«L’écriture c’est moi» [ «Почерк – это я»], и если Вы хороший графолог – Вы по почерку письма могли бы установить, что с автором опять что-то неладно (сам я разницу своих почерков очень хорошо знаю). С середины декабря до середины февраля чувствовал себя превосходно… <…> А сейчас опять одолевает бессонница, разболтались нервы. Это всегда некстати, а сейчас – особенно: на столе ждет работа… <…>
После блохо-ставицких приключений <…>…есть и еще кое-какие кинематографические перспективы и эспуары [надежды], но к сожалению даже самые розовые не меняет на франки ни один банк. <…>
А в Париже – уже весна, мимозы и фиалки на улице, влюбленные нагло целуются во всех метро… Не повезло бедняге Федину: пока он здесь жил – все время была отвратительная погода. А теперь греется у своей петербургской печки. <…>
Кстати, о Петербурге: прочтите роман Б. Темирязева «Повесть о пустяках», Вам приятно будет вспомнить свои петербургские годы, это – роман о Петербурге, о нашем городе. Об авторе я Вам, кажется, рассказывал: таинственная личность, в натуральности его никто не видал. Но он существует: на днях у консьержа мне была оставлена эта книга с авторской надписью (хотя я автора и не знаю). <…> Очень любопытная книга[556]
.В этом был элемент шутливой мистификации, так как он прекрасно знал, что «Повесть о пустяках», недавно опубликованная в Берлине под псевдонимом, написана художником Ю. П. Анненковым.
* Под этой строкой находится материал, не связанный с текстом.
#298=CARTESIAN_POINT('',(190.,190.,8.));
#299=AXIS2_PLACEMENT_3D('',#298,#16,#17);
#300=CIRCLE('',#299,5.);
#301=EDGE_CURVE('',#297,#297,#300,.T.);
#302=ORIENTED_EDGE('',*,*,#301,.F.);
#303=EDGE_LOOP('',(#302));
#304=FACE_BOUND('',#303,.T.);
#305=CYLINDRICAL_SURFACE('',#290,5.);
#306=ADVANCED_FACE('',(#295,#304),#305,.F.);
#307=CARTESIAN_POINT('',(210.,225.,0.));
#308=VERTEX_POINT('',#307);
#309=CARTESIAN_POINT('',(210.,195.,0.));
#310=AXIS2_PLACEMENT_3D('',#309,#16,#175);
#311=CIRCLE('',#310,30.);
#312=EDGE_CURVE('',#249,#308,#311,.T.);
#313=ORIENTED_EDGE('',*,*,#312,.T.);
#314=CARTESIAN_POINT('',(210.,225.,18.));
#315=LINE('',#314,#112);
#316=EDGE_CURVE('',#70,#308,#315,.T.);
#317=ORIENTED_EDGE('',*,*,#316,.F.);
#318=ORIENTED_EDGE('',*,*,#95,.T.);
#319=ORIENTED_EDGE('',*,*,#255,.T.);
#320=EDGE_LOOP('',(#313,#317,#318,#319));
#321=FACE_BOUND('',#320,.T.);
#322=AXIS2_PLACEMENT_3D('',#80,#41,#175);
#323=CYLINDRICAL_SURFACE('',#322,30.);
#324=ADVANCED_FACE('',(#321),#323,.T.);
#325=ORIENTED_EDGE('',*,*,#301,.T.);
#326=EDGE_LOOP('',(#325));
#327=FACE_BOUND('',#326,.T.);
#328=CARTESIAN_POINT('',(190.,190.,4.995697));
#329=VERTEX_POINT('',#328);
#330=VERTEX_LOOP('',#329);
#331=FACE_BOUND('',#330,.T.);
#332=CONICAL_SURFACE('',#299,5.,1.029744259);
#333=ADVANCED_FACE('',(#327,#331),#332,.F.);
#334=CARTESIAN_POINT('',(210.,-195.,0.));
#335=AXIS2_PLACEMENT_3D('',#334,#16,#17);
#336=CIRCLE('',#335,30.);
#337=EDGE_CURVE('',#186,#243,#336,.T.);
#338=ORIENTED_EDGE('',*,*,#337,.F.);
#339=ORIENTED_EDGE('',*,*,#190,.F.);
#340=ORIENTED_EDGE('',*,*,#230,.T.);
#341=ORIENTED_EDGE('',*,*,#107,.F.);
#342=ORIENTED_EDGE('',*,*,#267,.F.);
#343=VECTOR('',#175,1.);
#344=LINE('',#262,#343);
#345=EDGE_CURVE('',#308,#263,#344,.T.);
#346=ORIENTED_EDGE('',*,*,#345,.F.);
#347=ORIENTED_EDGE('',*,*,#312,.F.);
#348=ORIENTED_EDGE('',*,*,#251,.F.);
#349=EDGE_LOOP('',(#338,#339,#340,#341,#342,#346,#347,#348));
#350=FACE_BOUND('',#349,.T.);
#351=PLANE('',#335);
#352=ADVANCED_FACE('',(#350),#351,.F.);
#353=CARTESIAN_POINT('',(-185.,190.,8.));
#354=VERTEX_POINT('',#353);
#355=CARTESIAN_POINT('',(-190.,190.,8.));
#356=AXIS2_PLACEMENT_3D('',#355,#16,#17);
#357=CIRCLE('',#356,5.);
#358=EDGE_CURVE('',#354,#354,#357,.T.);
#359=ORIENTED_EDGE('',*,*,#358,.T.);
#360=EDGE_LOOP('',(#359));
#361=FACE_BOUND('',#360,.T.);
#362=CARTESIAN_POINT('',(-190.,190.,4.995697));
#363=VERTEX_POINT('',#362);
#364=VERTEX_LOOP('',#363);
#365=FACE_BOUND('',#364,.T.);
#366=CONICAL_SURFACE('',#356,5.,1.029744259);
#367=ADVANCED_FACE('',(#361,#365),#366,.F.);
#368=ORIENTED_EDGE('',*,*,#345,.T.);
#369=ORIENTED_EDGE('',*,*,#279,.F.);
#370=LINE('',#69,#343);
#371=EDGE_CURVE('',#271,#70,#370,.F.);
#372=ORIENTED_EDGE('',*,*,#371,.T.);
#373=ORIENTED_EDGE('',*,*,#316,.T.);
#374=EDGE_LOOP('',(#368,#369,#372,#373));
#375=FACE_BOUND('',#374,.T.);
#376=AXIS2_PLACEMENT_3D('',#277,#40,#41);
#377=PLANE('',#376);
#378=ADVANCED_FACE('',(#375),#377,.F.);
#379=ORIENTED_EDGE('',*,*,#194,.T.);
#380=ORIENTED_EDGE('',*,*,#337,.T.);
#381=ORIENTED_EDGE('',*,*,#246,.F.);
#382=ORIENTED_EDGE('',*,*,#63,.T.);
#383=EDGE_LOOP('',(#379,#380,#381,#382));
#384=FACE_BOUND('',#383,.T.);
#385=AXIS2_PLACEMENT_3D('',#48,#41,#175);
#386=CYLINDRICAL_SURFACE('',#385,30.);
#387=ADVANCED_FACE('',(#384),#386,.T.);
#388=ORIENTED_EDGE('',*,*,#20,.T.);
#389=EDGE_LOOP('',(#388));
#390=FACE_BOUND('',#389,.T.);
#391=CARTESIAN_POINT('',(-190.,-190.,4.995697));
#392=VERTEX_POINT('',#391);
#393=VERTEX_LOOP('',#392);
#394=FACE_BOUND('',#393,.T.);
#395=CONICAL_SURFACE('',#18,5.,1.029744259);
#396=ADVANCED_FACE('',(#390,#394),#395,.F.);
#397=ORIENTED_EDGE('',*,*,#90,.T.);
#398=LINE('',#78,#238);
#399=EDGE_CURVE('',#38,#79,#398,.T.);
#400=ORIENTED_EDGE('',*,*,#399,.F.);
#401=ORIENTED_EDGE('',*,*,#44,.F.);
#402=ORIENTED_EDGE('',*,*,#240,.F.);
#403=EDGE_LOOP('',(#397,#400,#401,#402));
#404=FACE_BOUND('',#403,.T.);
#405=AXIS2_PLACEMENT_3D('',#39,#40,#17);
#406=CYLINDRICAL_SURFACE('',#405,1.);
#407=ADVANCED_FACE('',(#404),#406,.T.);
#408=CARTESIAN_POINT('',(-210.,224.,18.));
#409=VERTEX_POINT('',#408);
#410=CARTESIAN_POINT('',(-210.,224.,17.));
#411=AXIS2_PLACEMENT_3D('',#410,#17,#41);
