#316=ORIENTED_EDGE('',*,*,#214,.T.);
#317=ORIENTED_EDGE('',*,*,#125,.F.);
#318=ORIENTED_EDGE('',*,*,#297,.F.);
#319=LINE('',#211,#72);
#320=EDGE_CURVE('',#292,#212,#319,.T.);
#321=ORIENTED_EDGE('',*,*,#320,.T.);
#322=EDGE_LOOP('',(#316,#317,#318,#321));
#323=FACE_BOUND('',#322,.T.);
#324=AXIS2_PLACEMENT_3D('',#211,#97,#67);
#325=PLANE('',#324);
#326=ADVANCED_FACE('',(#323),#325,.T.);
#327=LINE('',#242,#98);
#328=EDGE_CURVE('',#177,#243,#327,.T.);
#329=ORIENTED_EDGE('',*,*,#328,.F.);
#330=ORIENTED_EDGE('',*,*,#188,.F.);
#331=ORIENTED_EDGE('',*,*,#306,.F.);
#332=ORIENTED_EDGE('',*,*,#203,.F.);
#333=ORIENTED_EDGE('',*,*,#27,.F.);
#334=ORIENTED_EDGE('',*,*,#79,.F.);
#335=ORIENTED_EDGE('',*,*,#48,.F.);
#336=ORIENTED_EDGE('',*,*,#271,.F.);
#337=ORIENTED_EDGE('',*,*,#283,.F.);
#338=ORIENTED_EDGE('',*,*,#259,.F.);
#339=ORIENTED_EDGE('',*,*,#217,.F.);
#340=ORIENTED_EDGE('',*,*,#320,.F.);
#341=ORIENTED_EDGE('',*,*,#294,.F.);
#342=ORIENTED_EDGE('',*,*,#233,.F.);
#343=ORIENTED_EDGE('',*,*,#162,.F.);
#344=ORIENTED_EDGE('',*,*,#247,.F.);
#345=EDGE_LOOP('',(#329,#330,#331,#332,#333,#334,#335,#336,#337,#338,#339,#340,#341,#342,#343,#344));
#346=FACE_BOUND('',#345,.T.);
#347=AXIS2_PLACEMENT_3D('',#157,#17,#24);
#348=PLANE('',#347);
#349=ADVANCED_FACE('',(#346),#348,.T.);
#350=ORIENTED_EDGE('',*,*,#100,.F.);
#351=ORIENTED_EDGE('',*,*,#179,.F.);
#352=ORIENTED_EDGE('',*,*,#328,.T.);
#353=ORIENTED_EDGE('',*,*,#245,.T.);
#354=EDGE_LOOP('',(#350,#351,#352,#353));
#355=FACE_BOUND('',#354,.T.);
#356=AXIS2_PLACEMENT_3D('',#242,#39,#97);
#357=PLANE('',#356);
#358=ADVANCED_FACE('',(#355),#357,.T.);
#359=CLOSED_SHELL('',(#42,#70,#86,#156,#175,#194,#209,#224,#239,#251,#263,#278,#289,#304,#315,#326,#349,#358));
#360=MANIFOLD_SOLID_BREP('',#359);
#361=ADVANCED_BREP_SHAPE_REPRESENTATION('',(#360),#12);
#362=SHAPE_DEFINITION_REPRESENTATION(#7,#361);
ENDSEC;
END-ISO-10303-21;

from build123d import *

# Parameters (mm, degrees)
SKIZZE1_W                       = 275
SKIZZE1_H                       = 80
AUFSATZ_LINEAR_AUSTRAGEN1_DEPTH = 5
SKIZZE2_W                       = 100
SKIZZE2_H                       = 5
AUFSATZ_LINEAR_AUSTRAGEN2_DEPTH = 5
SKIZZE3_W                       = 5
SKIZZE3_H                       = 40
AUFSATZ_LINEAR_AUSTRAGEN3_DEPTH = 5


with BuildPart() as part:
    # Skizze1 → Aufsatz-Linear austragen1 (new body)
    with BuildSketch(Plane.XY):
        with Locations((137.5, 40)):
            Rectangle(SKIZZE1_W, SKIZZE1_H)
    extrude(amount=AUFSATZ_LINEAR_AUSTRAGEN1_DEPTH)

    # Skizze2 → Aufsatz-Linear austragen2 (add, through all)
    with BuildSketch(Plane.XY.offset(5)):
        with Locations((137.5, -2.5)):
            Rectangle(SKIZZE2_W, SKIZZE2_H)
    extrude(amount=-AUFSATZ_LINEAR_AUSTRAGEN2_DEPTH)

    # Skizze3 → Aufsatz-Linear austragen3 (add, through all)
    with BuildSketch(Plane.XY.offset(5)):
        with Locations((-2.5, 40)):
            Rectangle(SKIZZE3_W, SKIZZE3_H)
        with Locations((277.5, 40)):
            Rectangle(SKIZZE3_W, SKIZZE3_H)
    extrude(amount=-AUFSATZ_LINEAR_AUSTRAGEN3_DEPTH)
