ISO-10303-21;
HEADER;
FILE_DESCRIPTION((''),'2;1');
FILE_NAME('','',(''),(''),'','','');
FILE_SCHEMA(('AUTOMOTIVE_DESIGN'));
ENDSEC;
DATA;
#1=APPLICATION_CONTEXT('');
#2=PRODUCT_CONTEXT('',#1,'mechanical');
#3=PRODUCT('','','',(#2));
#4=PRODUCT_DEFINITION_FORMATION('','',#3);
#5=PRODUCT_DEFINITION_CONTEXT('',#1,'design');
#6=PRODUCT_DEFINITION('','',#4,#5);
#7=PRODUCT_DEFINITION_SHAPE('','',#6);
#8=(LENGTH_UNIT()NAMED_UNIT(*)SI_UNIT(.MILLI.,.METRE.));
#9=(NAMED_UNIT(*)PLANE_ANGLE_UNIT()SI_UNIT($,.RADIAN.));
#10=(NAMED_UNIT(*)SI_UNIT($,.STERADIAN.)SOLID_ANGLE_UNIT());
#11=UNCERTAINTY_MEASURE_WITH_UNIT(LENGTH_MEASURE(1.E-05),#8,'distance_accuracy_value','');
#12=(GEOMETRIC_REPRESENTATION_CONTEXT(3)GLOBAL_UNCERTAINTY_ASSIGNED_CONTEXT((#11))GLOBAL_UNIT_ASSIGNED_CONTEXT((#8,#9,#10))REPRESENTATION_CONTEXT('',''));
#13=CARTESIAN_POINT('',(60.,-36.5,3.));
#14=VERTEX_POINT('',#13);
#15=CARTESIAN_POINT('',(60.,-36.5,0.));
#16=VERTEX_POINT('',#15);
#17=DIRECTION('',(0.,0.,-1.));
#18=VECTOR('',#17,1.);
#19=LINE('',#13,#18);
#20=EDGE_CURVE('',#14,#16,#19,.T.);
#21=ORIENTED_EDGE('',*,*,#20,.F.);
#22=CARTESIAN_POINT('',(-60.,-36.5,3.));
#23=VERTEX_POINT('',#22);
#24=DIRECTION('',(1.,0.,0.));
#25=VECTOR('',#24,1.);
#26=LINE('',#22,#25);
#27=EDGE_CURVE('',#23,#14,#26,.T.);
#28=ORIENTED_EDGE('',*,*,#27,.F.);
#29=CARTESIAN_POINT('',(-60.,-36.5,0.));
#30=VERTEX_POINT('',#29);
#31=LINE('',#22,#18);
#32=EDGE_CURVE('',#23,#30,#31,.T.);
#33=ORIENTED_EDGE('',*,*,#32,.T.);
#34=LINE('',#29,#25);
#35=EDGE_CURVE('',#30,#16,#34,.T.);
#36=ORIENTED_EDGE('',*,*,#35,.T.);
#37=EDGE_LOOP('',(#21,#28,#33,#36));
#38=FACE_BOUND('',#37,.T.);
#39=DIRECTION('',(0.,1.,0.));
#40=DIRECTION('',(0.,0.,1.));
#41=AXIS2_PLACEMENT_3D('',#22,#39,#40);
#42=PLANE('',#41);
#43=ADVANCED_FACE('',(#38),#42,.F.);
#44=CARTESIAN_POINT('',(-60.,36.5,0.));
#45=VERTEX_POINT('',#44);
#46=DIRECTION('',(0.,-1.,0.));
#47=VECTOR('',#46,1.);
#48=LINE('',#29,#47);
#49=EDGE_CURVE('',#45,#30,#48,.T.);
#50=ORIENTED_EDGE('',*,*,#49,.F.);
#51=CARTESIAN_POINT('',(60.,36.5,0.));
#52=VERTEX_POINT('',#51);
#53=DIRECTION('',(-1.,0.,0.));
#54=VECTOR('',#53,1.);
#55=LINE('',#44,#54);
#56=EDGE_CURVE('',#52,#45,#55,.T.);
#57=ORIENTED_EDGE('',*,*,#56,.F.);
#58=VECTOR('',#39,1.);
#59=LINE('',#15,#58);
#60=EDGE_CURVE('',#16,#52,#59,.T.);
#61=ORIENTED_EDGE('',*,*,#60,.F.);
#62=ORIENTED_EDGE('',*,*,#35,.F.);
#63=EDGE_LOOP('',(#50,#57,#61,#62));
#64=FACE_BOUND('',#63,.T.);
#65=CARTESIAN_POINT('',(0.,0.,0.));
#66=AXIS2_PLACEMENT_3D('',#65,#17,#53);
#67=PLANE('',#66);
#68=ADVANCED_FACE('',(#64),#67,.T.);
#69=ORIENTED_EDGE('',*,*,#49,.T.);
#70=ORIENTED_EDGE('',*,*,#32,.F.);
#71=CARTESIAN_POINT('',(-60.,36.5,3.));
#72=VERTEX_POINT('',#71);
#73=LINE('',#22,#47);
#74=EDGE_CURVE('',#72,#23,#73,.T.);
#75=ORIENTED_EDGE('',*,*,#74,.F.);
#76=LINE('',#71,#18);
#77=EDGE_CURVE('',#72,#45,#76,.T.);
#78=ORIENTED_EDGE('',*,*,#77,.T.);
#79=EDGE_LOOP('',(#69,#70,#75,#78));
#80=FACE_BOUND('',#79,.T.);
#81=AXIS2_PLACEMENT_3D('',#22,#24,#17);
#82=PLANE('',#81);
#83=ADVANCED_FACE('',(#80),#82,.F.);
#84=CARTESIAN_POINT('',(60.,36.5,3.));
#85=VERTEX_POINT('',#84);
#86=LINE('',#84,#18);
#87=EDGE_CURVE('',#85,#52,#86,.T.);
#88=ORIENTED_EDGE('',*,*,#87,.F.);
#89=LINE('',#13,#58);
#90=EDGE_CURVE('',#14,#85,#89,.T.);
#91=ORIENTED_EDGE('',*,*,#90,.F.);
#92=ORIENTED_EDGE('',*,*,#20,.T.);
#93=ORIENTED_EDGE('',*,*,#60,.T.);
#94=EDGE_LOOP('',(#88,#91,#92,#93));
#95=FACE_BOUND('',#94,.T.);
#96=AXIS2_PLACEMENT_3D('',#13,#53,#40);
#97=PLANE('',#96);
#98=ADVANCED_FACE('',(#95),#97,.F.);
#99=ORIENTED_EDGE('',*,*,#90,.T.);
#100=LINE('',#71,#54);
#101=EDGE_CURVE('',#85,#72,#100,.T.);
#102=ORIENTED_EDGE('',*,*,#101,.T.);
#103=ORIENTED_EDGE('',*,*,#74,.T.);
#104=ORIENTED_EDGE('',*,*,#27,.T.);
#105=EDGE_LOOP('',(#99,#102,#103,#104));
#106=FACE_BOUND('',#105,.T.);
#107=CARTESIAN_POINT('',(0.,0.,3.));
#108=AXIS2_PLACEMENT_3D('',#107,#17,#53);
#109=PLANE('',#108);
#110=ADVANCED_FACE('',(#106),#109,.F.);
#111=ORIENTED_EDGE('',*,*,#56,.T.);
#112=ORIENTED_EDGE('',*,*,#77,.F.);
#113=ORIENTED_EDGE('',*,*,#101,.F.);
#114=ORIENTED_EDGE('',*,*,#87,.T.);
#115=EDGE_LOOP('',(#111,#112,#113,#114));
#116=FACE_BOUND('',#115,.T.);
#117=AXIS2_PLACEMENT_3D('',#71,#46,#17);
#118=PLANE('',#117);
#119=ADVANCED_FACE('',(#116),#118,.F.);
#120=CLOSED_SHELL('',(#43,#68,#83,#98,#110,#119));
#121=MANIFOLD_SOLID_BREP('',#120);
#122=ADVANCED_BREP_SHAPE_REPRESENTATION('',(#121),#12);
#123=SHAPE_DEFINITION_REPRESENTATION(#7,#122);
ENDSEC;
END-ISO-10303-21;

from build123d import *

# Parameters (mm, degrees)
SKETCH_1_W      = 120
SKETCH_1_H      = 73
EXTRUDE_1_DEPTH = 3


with BuildPart() as part:
    # 草图1 → 凸台-拉伸1 (new body)
    with BuildSketch(Plane.XY):
        Rectangle(SKETCH_1_W, SKETCH_1_H)
    extrude(amount=EXTRUDE_1_DEPTH)


solid = part.part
К этому тексту эмигрантская общественность отнеслась с некоторым подозрением: «Этот роман о революции воспринимался как советский благодаря типу повествования, полному выразительных “приемов”, основанных на технике монтажа, и языку, напоминавшему советский “орнаментализм”. Некоторые восприняли его как провокацию, предполагая, что роман был написан советским писателем» [Livak 2003: 30]. Эта ситуация, отразившая возросшие разногласия между консервативными литературными вкусами эмиграции и эстетикой первого поколения советских писателей, возможно, объясняет также, почему за пять лет до этого роман «Мы» Замятина был встречен во Франции без особого энтузиазма.
Он прислал Куниной-Александер свой текст «Lettres russes» («Русской литературы») – статьи, черновик которой был написан им на французском языке, – еще до ее публикации в «Marianne» 15 апреля[557]
. Выбор русских военных романов в качестве темы статьи, рассчитанной на французских читателей, он насмешливо оправдывал их близостью политической атмосфере того времени:По всей очевидности мы находимся накануне блистательной демонстрации последних достижений человеческого гения: стратосферные снаряды, смертоносные лучи и т. д. Все готовятся к войне, о ней говорят, о ней пишут повсюду. Даже в СССР, который первый настаивал на немедленном разоружении и который по иронии истории может стать первой страной, втянутой в войну. За последнее время там появилась целая серия романов на военные сюжеты, и если Фрейд прав, когда говорит, что мечты и искусство равно служат для освобождения от навязчивых идей, то это весьма знаменательный факт.